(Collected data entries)

>>

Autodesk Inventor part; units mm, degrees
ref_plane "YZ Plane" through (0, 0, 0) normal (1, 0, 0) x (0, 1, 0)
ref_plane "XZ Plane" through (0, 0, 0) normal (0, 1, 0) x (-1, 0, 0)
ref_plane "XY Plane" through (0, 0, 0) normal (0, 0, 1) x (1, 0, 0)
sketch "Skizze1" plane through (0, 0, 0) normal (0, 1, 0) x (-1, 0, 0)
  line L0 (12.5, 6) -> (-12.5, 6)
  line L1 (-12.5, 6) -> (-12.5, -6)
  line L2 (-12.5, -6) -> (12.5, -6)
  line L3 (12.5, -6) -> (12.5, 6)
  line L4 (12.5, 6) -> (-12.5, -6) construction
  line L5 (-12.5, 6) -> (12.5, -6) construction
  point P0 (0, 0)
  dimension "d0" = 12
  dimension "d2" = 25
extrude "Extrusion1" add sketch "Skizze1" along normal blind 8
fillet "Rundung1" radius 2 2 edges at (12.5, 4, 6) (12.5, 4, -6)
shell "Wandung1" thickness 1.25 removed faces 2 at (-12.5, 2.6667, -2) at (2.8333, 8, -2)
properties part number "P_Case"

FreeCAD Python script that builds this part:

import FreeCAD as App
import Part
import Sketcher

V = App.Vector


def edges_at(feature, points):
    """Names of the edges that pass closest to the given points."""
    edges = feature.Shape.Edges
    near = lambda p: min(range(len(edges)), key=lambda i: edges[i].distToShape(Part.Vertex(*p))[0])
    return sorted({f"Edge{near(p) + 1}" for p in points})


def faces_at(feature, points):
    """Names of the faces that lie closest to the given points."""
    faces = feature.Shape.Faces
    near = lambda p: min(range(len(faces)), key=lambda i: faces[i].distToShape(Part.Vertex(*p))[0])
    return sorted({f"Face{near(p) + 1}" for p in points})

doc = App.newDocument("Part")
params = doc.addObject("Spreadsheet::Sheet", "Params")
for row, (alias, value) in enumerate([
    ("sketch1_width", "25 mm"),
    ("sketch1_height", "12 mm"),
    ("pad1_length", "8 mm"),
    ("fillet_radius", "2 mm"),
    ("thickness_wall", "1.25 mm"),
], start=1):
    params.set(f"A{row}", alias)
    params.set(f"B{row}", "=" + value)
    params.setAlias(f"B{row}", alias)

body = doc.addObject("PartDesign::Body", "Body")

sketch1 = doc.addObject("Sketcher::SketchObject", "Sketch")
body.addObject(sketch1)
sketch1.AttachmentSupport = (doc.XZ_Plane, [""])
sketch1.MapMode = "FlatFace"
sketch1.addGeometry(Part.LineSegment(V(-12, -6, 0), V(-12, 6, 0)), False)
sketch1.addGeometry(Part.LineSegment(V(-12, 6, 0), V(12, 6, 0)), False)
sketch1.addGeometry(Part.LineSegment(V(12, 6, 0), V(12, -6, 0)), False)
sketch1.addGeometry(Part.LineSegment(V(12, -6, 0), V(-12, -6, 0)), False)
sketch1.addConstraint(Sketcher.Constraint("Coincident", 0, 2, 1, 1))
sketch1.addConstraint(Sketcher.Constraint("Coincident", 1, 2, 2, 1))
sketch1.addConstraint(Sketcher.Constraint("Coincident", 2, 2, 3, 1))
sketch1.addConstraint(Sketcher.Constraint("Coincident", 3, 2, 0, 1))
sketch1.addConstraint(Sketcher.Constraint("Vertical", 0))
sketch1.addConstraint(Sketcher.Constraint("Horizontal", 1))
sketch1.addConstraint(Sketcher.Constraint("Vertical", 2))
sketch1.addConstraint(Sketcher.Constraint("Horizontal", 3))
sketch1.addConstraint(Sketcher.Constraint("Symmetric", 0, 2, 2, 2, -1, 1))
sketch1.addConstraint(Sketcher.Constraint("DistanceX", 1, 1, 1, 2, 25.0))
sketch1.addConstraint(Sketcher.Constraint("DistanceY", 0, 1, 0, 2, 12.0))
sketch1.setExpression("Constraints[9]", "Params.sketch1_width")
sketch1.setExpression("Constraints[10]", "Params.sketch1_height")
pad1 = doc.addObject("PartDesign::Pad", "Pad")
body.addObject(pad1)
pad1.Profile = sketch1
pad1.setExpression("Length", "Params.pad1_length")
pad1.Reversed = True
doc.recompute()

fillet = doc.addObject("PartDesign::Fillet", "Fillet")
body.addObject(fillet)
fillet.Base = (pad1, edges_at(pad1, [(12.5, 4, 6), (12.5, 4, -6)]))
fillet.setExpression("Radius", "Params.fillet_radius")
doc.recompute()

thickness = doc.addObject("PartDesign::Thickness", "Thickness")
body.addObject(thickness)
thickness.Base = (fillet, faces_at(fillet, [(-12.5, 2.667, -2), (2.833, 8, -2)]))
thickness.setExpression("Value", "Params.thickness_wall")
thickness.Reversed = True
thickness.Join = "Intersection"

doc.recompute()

<<
>>

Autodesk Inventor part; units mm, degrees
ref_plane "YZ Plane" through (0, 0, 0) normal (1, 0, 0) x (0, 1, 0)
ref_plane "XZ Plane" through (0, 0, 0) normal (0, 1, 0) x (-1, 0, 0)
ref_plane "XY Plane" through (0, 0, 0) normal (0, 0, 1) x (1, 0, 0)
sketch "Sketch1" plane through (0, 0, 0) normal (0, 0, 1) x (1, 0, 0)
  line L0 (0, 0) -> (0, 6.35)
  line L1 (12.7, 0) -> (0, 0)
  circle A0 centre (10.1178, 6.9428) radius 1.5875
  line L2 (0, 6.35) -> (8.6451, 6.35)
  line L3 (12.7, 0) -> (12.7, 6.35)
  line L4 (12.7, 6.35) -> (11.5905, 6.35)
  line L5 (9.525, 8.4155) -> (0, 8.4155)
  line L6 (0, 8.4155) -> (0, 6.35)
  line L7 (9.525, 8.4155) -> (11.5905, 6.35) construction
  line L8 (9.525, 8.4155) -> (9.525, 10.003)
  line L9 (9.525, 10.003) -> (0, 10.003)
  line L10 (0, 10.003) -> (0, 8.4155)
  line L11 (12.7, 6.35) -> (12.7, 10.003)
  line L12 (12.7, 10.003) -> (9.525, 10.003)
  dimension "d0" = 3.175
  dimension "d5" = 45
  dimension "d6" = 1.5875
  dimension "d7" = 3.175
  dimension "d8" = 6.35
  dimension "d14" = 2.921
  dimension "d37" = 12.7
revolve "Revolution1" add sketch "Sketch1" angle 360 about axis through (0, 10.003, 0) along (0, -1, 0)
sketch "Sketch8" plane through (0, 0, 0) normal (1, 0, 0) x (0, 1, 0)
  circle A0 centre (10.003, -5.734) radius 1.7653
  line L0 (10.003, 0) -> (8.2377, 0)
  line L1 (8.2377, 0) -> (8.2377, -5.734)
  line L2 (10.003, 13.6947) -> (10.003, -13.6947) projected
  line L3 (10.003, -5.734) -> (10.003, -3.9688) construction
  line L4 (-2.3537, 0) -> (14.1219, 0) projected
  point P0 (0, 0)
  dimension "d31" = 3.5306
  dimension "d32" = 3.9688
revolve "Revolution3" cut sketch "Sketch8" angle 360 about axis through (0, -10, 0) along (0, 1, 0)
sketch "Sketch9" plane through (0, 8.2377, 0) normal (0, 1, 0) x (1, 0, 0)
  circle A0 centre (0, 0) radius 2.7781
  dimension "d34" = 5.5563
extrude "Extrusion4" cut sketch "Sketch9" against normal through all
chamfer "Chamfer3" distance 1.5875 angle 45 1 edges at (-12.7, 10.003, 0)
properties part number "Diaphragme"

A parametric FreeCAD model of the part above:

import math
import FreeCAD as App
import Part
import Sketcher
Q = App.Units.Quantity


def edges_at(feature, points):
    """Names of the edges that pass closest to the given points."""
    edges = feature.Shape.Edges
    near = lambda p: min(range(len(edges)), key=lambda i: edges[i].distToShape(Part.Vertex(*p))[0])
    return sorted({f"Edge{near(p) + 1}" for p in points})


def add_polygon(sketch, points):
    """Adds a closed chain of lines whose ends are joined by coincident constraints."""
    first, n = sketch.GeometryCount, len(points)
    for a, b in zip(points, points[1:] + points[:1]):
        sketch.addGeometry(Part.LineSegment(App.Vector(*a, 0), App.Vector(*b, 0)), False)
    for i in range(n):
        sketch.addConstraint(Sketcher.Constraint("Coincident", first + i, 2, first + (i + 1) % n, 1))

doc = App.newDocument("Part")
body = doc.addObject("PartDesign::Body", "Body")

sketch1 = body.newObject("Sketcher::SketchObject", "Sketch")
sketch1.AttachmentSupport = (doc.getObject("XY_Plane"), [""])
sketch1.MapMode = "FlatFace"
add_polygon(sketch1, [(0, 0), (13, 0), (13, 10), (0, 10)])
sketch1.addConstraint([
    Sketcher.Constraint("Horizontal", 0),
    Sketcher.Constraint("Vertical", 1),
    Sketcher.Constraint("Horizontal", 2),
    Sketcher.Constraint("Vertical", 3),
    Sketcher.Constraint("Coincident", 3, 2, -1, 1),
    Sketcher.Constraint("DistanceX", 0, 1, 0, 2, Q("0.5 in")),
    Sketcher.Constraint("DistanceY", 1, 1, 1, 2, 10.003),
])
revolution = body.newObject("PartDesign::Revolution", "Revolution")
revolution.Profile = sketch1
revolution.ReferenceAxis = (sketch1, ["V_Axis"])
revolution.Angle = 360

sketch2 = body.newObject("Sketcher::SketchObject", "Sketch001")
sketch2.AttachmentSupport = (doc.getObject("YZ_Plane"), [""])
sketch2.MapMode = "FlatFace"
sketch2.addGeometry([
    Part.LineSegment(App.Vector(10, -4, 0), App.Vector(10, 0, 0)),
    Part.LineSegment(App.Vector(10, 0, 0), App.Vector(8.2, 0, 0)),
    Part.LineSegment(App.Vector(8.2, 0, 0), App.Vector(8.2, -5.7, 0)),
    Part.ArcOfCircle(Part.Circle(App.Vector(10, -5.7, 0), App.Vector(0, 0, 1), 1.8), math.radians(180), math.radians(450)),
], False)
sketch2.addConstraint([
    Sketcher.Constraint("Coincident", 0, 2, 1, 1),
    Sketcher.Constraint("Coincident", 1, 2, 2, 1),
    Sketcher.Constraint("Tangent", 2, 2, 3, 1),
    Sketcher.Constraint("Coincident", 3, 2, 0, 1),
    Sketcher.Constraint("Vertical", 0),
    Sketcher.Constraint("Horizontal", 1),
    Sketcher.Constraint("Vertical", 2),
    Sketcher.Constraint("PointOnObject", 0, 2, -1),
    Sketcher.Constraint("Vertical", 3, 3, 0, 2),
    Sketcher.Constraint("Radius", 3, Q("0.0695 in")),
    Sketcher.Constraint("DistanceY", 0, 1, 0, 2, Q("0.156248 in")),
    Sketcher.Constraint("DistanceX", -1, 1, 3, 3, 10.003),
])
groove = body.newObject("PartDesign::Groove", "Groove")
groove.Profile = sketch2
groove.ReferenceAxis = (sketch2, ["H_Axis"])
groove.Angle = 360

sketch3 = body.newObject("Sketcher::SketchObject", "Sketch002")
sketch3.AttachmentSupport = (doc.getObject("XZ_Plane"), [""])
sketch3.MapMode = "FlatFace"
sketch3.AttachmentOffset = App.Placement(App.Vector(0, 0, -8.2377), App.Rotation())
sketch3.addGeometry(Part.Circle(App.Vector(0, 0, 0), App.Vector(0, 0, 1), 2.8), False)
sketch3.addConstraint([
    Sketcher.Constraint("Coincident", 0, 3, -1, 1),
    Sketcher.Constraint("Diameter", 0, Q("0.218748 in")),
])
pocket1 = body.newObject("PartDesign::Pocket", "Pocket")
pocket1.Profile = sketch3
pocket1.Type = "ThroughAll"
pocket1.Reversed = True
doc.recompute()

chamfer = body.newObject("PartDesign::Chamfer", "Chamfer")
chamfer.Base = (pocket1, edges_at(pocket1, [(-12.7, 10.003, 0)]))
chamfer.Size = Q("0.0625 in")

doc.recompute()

<<
>>

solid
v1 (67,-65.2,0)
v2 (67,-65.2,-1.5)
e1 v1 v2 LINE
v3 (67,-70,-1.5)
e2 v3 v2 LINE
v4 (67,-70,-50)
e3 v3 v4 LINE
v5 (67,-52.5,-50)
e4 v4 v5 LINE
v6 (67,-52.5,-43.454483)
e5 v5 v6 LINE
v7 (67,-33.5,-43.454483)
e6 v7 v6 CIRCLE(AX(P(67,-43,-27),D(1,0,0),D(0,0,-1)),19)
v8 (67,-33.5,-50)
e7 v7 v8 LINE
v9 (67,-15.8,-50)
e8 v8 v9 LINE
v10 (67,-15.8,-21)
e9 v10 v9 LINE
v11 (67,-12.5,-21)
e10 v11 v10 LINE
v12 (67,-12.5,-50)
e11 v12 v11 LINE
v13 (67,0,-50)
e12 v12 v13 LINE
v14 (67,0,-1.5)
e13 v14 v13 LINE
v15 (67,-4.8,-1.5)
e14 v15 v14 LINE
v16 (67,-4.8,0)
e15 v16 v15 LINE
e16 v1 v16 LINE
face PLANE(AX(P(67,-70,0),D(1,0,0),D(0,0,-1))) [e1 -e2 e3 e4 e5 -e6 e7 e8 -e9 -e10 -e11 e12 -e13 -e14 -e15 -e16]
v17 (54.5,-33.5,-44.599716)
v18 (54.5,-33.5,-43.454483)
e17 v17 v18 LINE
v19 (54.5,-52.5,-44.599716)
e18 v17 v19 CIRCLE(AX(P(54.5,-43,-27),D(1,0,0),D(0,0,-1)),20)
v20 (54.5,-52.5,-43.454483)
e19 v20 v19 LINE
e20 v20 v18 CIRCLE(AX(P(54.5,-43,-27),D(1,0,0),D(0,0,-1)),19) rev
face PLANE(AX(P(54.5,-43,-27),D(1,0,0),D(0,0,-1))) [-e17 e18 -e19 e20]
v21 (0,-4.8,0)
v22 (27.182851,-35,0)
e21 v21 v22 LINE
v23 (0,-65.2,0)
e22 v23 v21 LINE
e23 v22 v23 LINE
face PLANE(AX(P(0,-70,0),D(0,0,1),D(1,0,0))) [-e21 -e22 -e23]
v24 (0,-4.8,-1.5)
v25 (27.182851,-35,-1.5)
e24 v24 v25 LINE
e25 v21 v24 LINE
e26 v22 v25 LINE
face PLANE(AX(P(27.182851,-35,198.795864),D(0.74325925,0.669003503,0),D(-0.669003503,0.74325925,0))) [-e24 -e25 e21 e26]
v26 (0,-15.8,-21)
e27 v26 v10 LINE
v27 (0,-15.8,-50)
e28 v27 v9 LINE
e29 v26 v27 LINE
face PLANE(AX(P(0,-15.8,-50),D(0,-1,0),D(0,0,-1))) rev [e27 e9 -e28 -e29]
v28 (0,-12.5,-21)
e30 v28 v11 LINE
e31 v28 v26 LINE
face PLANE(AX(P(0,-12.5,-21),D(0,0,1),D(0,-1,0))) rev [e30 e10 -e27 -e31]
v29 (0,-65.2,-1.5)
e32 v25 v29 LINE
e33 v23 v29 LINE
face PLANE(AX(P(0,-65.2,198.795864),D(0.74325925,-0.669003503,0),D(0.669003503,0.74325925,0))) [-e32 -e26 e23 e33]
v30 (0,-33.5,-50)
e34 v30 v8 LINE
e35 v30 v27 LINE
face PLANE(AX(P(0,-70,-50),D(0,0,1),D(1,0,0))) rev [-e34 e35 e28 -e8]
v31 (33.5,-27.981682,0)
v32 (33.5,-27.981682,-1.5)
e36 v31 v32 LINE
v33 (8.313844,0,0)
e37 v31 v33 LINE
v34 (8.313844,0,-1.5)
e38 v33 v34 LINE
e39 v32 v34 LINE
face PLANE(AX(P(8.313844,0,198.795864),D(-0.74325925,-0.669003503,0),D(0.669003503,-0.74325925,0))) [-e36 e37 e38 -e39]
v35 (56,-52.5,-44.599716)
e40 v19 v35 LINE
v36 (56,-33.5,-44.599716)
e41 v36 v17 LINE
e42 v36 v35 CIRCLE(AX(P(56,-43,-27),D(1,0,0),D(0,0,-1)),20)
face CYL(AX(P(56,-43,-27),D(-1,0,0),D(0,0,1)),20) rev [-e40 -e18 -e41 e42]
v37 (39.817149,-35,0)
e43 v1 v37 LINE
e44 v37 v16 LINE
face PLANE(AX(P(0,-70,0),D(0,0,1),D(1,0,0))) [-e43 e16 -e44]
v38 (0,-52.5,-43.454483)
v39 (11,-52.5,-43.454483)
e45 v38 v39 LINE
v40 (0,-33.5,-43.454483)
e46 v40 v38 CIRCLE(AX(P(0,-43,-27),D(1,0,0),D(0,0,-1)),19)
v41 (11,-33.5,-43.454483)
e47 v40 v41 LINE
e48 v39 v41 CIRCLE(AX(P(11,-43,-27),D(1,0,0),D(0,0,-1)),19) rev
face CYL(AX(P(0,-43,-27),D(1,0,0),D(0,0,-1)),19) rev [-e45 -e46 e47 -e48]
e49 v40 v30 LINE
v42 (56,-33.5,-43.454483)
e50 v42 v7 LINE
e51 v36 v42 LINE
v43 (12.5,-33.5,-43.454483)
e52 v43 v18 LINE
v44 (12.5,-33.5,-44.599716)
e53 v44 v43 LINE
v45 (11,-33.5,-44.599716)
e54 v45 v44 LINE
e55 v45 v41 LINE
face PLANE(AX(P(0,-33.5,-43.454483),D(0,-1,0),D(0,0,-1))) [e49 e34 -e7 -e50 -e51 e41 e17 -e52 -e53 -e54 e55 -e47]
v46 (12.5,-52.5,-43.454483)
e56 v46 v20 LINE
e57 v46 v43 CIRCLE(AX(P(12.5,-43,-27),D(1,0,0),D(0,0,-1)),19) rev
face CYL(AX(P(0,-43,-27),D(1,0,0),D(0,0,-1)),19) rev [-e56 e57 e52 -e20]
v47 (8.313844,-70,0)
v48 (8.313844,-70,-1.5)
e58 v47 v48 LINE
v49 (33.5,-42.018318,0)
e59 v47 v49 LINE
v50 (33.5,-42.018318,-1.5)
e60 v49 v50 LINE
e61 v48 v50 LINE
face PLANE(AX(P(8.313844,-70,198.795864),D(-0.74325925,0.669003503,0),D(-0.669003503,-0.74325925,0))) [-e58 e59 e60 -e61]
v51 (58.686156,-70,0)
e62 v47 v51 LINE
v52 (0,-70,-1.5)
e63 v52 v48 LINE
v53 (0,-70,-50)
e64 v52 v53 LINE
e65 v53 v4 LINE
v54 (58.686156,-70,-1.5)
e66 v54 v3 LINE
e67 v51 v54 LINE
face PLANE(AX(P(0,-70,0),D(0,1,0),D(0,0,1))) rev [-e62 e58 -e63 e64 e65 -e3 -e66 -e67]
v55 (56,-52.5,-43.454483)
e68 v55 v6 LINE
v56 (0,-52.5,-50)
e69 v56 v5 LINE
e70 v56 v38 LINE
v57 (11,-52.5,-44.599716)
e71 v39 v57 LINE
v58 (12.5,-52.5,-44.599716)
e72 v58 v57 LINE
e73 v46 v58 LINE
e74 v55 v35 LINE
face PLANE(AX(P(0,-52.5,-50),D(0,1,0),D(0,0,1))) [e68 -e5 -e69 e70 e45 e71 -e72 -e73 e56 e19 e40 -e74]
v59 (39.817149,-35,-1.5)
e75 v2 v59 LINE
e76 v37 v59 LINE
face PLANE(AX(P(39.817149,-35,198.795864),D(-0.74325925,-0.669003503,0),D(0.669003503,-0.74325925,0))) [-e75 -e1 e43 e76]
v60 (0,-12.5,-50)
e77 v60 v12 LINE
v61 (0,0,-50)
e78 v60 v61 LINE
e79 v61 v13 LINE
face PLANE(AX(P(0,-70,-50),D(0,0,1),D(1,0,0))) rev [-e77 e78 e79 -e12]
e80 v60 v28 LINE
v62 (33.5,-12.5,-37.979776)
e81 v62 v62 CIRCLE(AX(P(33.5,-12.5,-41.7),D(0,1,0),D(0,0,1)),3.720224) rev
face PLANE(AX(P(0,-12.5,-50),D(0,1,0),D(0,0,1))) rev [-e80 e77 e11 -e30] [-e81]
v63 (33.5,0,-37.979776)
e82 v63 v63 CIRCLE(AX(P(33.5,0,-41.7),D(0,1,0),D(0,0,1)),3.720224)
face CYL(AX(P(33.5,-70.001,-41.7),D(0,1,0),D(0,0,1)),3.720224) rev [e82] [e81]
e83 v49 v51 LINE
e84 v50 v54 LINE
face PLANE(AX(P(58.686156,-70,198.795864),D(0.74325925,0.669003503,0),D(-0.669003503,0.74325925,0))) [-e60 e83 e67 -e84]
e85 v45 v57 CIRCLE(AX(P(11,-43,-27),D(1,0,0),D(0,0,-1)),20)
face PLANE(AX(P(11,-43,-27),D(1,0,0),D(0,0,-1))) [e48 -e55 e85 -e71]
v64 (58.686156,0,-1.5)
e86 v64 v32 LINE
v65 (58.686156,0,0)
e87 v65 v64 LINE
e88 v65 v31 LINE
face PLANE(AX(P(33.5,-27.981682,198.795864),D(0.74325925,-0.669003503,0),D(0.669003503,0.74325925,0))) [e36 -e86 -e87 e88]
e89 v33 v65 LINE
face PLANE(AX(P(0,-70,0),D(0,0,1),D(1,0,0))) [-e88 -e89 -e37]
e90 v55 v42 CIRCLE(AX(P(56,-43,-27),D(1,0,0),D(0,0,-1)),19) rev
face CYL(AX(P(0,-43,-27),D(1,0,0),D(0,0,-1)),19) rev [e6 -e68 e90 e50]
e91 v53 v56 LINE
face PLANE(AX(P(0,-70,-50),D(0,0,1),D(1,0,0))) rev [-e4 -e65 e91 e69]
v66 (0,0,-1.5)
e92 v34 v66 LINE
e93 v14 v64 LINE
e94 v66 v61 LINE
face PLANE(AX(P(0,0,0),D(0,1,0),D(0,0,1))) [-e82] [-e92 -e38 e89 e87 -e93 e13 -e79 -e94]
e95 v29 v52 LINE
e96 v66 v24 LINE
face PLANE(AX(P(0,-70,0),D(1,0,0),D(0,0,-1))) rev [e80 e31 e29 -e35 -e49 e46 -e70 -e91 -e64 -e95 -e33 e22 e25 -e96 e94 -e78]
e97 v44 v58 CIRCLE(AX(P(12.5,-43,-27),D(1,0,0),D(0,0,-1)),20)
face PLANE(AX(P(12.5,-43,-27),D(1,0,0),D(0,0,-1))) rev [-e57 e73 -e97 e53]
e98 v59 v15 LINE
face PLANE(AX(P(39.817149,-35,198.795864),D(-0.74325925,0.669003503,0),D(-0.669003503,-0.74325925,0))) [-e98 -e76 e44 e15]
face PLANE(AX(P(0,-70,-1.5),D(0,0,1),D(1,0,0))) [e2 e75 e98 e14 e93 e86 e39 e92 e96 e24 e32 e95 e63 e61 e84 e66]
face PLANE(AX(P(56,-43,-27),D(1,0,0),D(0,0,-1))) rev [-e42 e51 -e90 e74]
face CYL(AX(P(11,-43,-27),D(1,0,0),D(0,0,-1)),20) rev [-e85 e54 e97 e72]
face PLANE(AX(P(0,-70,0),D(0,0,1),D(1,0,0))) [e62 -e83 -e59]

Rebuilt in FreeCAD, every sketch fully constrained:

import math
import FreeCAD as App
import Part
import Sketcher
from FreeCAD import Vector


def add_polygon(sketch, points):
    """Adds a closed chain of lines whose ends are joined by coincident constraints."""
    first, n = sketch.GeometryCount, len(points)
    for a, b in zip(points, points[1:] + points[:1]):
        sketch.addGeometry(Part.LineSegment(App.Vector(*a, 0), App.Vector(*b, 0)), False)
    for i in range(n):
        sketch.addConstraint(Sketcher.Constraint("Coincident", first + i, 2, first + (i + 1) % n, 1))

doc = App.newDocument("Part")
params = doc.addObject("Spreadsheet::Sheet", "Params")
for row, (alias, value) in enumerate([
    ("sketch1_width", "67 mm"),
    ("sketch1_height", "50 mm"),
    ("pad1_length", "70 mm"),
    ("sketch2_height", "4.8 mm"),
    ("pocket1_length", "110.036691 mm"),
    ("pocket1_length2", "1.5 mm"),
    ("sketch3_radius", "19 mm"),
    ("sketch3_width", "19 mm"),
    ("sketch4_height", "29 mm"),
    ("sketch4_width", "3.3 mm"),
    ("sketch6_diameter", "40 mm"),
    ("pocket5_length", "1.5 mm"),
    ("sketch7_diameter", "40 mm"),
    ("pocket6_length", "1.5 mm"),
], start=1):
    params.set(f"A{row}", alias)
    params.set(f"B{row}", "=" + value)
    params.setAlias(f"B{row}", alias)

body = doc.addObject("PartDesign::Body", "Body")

<<

- _INSTRUCTIONS FOR THE TASK_:
Show every line of the records above that contains the word "revolve".

- _WRITTEN RESPONSE_:
revolve "Revolution1" add sketch "Sketch1" angle 360 about axis through (0, 10.003, 0) along (0, -1, 0)
revolve "Revolution3" cut sketch "Sketch8" angle 360 about axis through (0, -10, 0) along (0, 1, 0)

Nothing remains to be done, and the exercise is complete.